» **EXERCISE DETAILS**
Only one portion of the data is to be written out: from the line bearing "Rectangle(SKETCH_2_W, SKETCH_2_H)" through the line bearing "# 草图2<3> → 凸台-拉伸3 (add)". Write it exactly as it appears.

#### STORED DATA

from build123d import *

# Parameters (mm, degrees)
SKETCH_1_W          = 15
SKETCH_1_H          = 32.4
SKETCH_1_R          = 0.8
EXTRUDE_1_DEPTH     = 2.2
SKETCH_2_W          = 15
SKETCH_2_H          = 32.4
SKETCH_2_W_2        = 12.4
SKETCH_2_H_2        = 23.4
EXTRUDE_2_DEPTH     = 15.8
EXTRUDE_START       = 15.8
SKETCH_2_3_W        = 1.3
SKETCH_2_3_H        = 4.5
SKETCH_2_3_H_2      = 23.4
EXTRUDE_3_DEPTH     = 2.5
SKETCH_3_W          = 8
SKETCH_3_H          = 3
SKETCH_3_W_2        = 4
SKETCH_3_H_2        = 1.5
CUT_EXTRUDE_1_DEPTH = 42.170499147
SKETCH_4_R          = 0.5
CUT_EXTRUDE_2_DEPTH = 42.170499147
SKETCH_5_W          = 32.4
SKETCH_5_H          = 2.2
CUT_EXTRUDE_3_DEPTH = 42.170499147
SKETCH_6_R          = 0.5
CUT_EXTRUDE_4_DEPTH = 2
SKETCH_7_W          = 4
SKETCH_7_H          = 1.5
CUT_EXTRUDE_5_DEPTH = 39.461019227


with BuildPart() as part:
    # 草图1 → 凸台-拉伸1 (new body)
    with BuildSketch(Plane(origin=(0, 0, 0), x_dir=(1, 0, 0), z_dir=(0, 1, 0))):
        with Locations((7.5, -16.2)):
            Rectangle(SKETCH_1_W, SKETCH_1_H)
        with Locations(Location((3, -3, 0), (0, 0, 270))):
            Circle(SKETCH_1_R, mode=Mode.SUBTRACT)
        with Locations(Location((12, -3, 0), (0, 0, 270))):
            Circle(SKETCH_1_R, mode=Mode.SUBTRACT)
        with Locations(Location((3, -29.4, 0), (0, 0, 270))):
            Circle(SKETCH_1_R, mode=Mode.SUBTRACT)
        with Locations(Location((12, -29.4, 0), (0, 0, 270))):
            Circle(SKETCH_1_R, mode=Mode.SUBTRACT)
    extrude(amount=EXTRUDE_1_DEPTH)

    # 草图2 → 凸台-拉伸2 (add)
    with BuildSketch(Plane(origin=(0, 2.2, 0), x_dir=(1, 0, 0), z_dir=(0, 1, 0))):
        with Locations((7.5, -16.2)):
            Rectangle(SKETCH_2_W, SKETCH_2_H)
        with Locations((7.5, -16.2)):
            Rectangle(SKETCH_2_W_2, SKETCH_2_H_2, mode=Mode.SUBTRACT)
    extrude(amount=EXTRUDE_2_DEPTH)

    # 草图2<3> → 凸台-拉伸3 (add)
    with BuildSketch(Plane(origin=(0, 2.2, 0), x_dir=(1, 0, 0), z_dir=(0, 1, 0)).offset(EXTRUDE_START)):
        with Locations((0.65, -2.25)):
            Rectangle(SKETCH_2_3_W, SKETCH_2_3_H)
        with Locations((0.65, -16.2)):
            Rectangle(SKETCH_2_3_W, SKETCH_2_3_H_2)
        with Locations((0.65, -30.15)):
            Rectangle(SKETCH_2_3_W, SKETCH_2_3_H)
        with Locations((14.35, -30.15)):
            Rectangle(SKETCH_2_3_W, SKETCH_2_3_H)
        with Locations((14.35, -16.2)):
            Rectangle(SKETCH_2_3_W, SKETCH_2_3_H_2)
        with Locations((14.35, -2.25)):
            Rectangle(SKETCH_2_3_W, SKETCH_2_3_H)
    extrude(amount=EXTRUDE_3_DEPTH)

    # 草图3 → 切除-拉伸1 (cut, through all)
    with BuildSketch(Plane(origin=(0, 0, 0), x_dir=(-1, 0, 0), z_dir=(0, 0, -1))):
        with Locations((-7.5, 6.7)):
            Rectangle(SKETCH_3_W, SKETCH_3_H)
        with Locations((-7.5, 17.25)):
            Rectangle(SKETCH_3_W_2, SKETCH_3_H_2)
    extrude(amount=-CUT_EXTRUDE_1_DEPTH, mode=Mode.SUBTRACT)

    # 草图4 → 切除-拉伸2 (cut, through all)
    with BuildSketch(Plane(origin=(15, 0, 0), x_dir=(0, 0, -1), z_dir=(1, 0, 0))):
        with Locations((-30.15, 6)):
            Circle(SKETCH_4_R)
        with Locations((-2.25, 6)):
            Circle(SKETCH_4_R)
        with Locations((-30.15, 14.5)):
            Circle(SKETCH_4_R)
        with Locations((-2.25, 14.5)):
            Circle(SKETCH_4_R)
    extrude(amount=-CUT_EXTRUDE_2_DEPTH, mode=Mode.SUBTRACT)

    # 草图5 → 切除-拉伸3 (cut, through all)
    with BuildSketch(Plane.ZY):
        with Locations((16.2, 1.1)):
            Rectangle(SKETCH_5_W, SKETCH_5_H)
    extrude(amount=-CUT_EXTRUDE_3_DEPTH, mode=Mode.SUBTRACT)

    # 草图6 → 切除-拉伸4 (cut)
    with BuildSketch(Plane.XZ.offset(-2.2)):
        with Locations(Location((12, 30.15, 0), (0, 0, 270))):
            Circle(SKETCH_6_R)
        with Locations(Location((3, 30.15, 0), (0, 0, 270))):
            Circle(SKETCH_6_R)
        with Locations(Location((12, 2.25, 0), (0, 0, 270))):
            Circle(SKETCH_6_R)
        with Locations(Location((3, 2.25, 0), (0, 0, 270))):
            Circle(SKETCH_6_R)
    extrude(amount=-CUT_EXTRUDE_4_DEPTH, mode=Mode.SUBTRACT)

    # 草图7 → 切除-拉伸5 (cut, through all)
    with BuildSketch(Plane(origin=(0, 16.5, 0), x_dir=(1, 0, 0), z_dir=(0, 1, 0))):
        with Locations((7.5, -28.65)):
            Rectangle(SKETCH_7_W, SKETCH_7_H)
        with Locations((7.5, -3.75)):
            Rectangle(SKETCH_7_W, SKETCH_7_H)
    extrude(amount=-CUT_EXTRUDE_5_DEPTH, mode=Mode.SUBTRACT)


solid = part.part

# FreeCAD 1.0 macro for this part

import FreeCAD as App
import Part
import Sketcher

V = App.Vector
Q = App.Units.Quantity

doc = App.newDocument("Part")
body = doc.addObject("PartDesign::Body", "Body")

# Sketch on XZ plane
sketch1 = body.newObject("Sketcher::SketchObject", "Sketch")
sketch1.AttachmentSupport = (doc.getObject("XZ_Plane"), [""])
sketch1.MapMode = "FlatFace"
sketch1.addGeometry([
    Part.LineSegment(V(0, 0, 0), V(0, 32.4, 0)),  # 0
    Part.LineSegment(V(0, 32.4, 0), V(15, 32.4, 0)),  # 1
    Part.LineSegment(V(15, 32.4, 0), V(15, 0, 0)),  # 2
    Part.LineSegment(V(15, 0, 0), V(0, 0, 0)),  # 3
    Part.Circle(V(3, 29.4, 0), V(0, 0, 1), 0.8),  # 4
    Part.Circle(V(12, 29.4, 0), V(0, 0, 1), 0.8),  # 5
    Part.Circle(V(3, 3, 0), V(0, 0, 1), 0.8),  # 6
    Part.Circle(V(12, 3, 0), V(0, 0, 1), 0.8),  # 7
], False)
sketch1.addConstraint([
    Sketcher.Constraint("Coincident", 0, 2, 1, 1),
    Sketcher.Constraint("Coincident", 1, 2, 2, 1),
    Sketcher.Constraint("Coincident", 2, 2, 3, 1),
    Sketcher.Constraint("Coincident", 3, 2, 0, 1),
    Sketcher.Constraint("Vertical", 0),
    Sketcher.Constraint("Horizontal", 1),
    Sketcher.Constraint("Vertical", 2),
    Sketcher.Constraint("Horizontal", 3),
    Sketcher.Constraint("Coincident", 3, 2, -1, 1),
    Sketcher.Constraint("Equal", 4, 5),
    Sketcher.Constraint("Equal", 5, 6),
    Sketcher.Constraint("Equal", 6, 7),
    Sketcher.Constraint("Horizontal", 4, 3, 5, 3),
    Sketcher.Constraint("Horizontal", 6, 3, 7, 3),
    Sketcher.Constraint("Vertical", 4, 3, 6, 3),
    Sketcher.Constraint("Vertical", 5, 3, 7, 3),
    Sketcher.Constraint("Diameter", 4, Q("1.6 mm")),
    Sketcher.Constraint("DistanceX", 1, 1, 1, 2, Q("15 mm")),
    Sketcher.Constraint("DistanceY", 0, 1, 0, 2, Q("32.4 mm")),
    Sketcher.Constraint("DistanceX", -1, 1, 4, 3, Q("3 mm")),
    Sketcher.Constraint("DistanceX", -1, 1, 5, 3, Q("12 mm")),
    Sketcher.Constraint("DistanceY", -1, 1, 6, 3, Q("3 mm")),
    Sketcher.Constraint("DistanceY", 4, 3, 0, 2, Q("3 mm")),
])
pad1 = body.newObject("PartDesign::Pad", "Pad")
pad1.Profile = sketch1
pad1.Length = 2.2
pad1.Reversed = True

# Sketch on XZ plane
sketch2 = body.newObject("Sketcher::SketchObject", "Sketch001")
sketch2.AttachmentSupport = (doc.getObject("XZ_Plane"), [""])
sketch2.MapMode = "FlatFace"
sketch2.AttachmentOffset = App.Placement(V(0, 0, -2.2), App.Rotation())
sketch2.addGeometry([
    Part.LineSegment(V(0, 0, 0), V(0, 32.4, 0)),  # 0
    Part.LineSegment(V(0, 32.4, 0), V(15, 32.4, 0)),  # 1
    Part.LineSegment(V(15, 32.4, 0), V(15, 0, 0)),  # 2
    Part.LineSegment(V(15, 0, 0), V(0, 0, 0)),  # 3
    Part.LineSegment(V(13.7, 27.9, 0), V(1.3, 27.9, 0)),  # 4
    Part.LineSegment(V(1.3, 27.9, 0), V(1.3, 4.5, 0)),  # 5
    Part.LineSegment(V(1.3, 4.5, 0), V(13.7, 4.5, 0)),  # 6
    Part.LineSegment(V(13.7, 4.5, 0), V(13.7, 27.9, 0)),  # 7
], False)
sketch2.addConstraint([
    Sketcher.Constraint("Coincident", 0, 2, 1, 1),
    Sketcher.Constraint("Coincident", 1, 2, 2, 1),
    Sketcher.Constraint("Coincident", 2, 2, 3, 1),
    Sketcher.Constraint("Coincident", 3, 2, 0, 1),
    Sketcher.Constraint("Coincident", 4, 2, 5, 1),
    Sketcher.Constraint("Coincident", 5, 2, 6, 1),
    Sketcher.Constraint("Coincident", 6, 2, 7, 1),
    Sketcher.Constraint("Coincident", 7, 2, 4, 1),
    Sketcher.Constraint("Vertical", 0),
    Sketcher.Constraint("Horizontal", 1),
    Sketcher.Constraint("Vertical", 2),
    Sketcher.Constraint("Horizontal", 3),
    Sketcher.Constraint("Horizontal", 4),
    Sketcher.Constraint("Vertical", 5),
    Sketcher.Constraint("Horizontal", 6),
    Sketcher.Constraint("Vertical", 7),
    Sketcher.Constraint("Coincident", 3, 2, -1, 1),
    Sketcher.Constraint("DistanceX", 1, 1, 1, 2, Q("15 mm")),
    Sketcher.Constraint("DistanceX", 4, 2, 4, 1, Q("12.4 mm")),
    Sketcher.Constraint("DistanceY", 0, 1, 0, 2, Q("32.4 mm")),
    Sketcher.Constraint("DistanceY", 5, 2, 5, 1, Q("23.4 mm")),
    Sketcher.Constraint("DistanceX", -1, 1, 4, 2, Q("1.3 mm")),
    Sketcher.Constraint("DistanceY", -1, 1, 4, 2, Q("27.9 mm")),
])
pad2 = body.newObject("PartDesign::Pad", "Pad001")
pad2.Profile = sketch2
pad2.Length = 15.8
pad2.Reversed = True

# Sketch on XZ plane
sketch3 = body.newObject("Sketcher::SketchObject", "Sketch002")
sketch3.AttachmentSupport = (doc.getObject("XZ_Plane"), [""])
sketch3.MapMode = "FlatFace"
sketch3.AttachmentOffset = App.Placement(V(0, 0, -18), App.Rotation())
sketch3.addGeometry([
    Part.LineSegment(V(0, 0, 0), V(0, 32.4, 0)),  # 0
    Part.LineSegment(V(0, 32.4, 0), V(1.3, 32.4, 0)),  # 1
    Part.LineSegment(V(1.3, 32.4, 0), V(1.3, 0, 0)),  # 2
    Part.LineSegment(V(1.3, 0, 0), V(0, 0, 0)),  # 3
    Part.LineSegment(V(13.7, 32.4, 0), V(15, 32.4, 0)),  # 4
    Part.LineSegment(V(15, 32.4, 0), V(15, 0, 0)),  # 5
    Part.LineSegment(V(15, 0, 0), V(13.7, 0, 0)),  # 6
    Part.LineSegment(V(13.7, 0, 0), V(13.7, 32.4, 0)),  # 7
], False)
sketch3.addConstraint([
    Sketcher.Constraint("Coincident", 0, 2, 1, 1),
    Sketcher.Constraint("Coincident", 1, 2, 2, 1),
    Sketcher.Constraint("Coincident", 2, 2, 3, 1),
    Sketcher.Constraint("Coincident", 3, 2, 0, 1),
    Sketcher.Constraint("Coincident", 4, 2, 5, 1),
    Sketcher.Constraint("Coincident", 5, 2, 6, 1),
    Sketcher.Constraint("Coincident", 6, 2, 7, 1),
    Sketcher.Constraint("Coincident", 7, 2, 4, 1),
    Sketcher.Constraint("Vertical", 0),
    Sketcher.Constraint("Horizontal", 1),
    Sketcher.Constraint("Vertical", 2),
    Sketcher.Constraint("Horizontal", 3),
    Sketcher.Constraint("Horizontal", 4),
    Sketcher.Constraint("Vertical", 5),
    Sketcher.Constraint("Horizontal", 6),
    Sketcher.Constraint("Vertical", 7),
    Sketcher.Constraint("Coincident", 3, 2, -1, 1),
    Sketcher.Constraint("PointOnObject", 5, 2, -1),
    Sketcher.Constraint("Horizontal", 1, 2, 4, 2),
    Sketcher.Constraint("Equal", 3, 4),
    Sketcher.Constraint("DistanceX", 1, 1, 1, 2, Q("1.3 mm")),
    Sketcher.Constraint("DistanceY", 0, 1, 0, 2, Q("32.4 mm")),
    Sketcher.Constraint("DistanceX", -1, 1, 4, 2, Q("15 mm")),
])
pad3 = body.newObject("PartDesign::Pad", "Pad002")
pad3.Profile = sketch3
pad3.Length = 2.5
pad3.Reversed = True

########

» **SOLVED EXERCISE**
            Rectangle(SKETCH_2_W, SKETCH_2_H)
        with Locations((7.5, -16.2)):
            Rectangle(SKETCH_2_W_2, SKETCH_2_H_2, mode=Mode.SUBTRACT)
    extrude(amount=EXTRUDE_2_DEPTH)

    # 草图2<3> → 凸台-拉伸3 (add)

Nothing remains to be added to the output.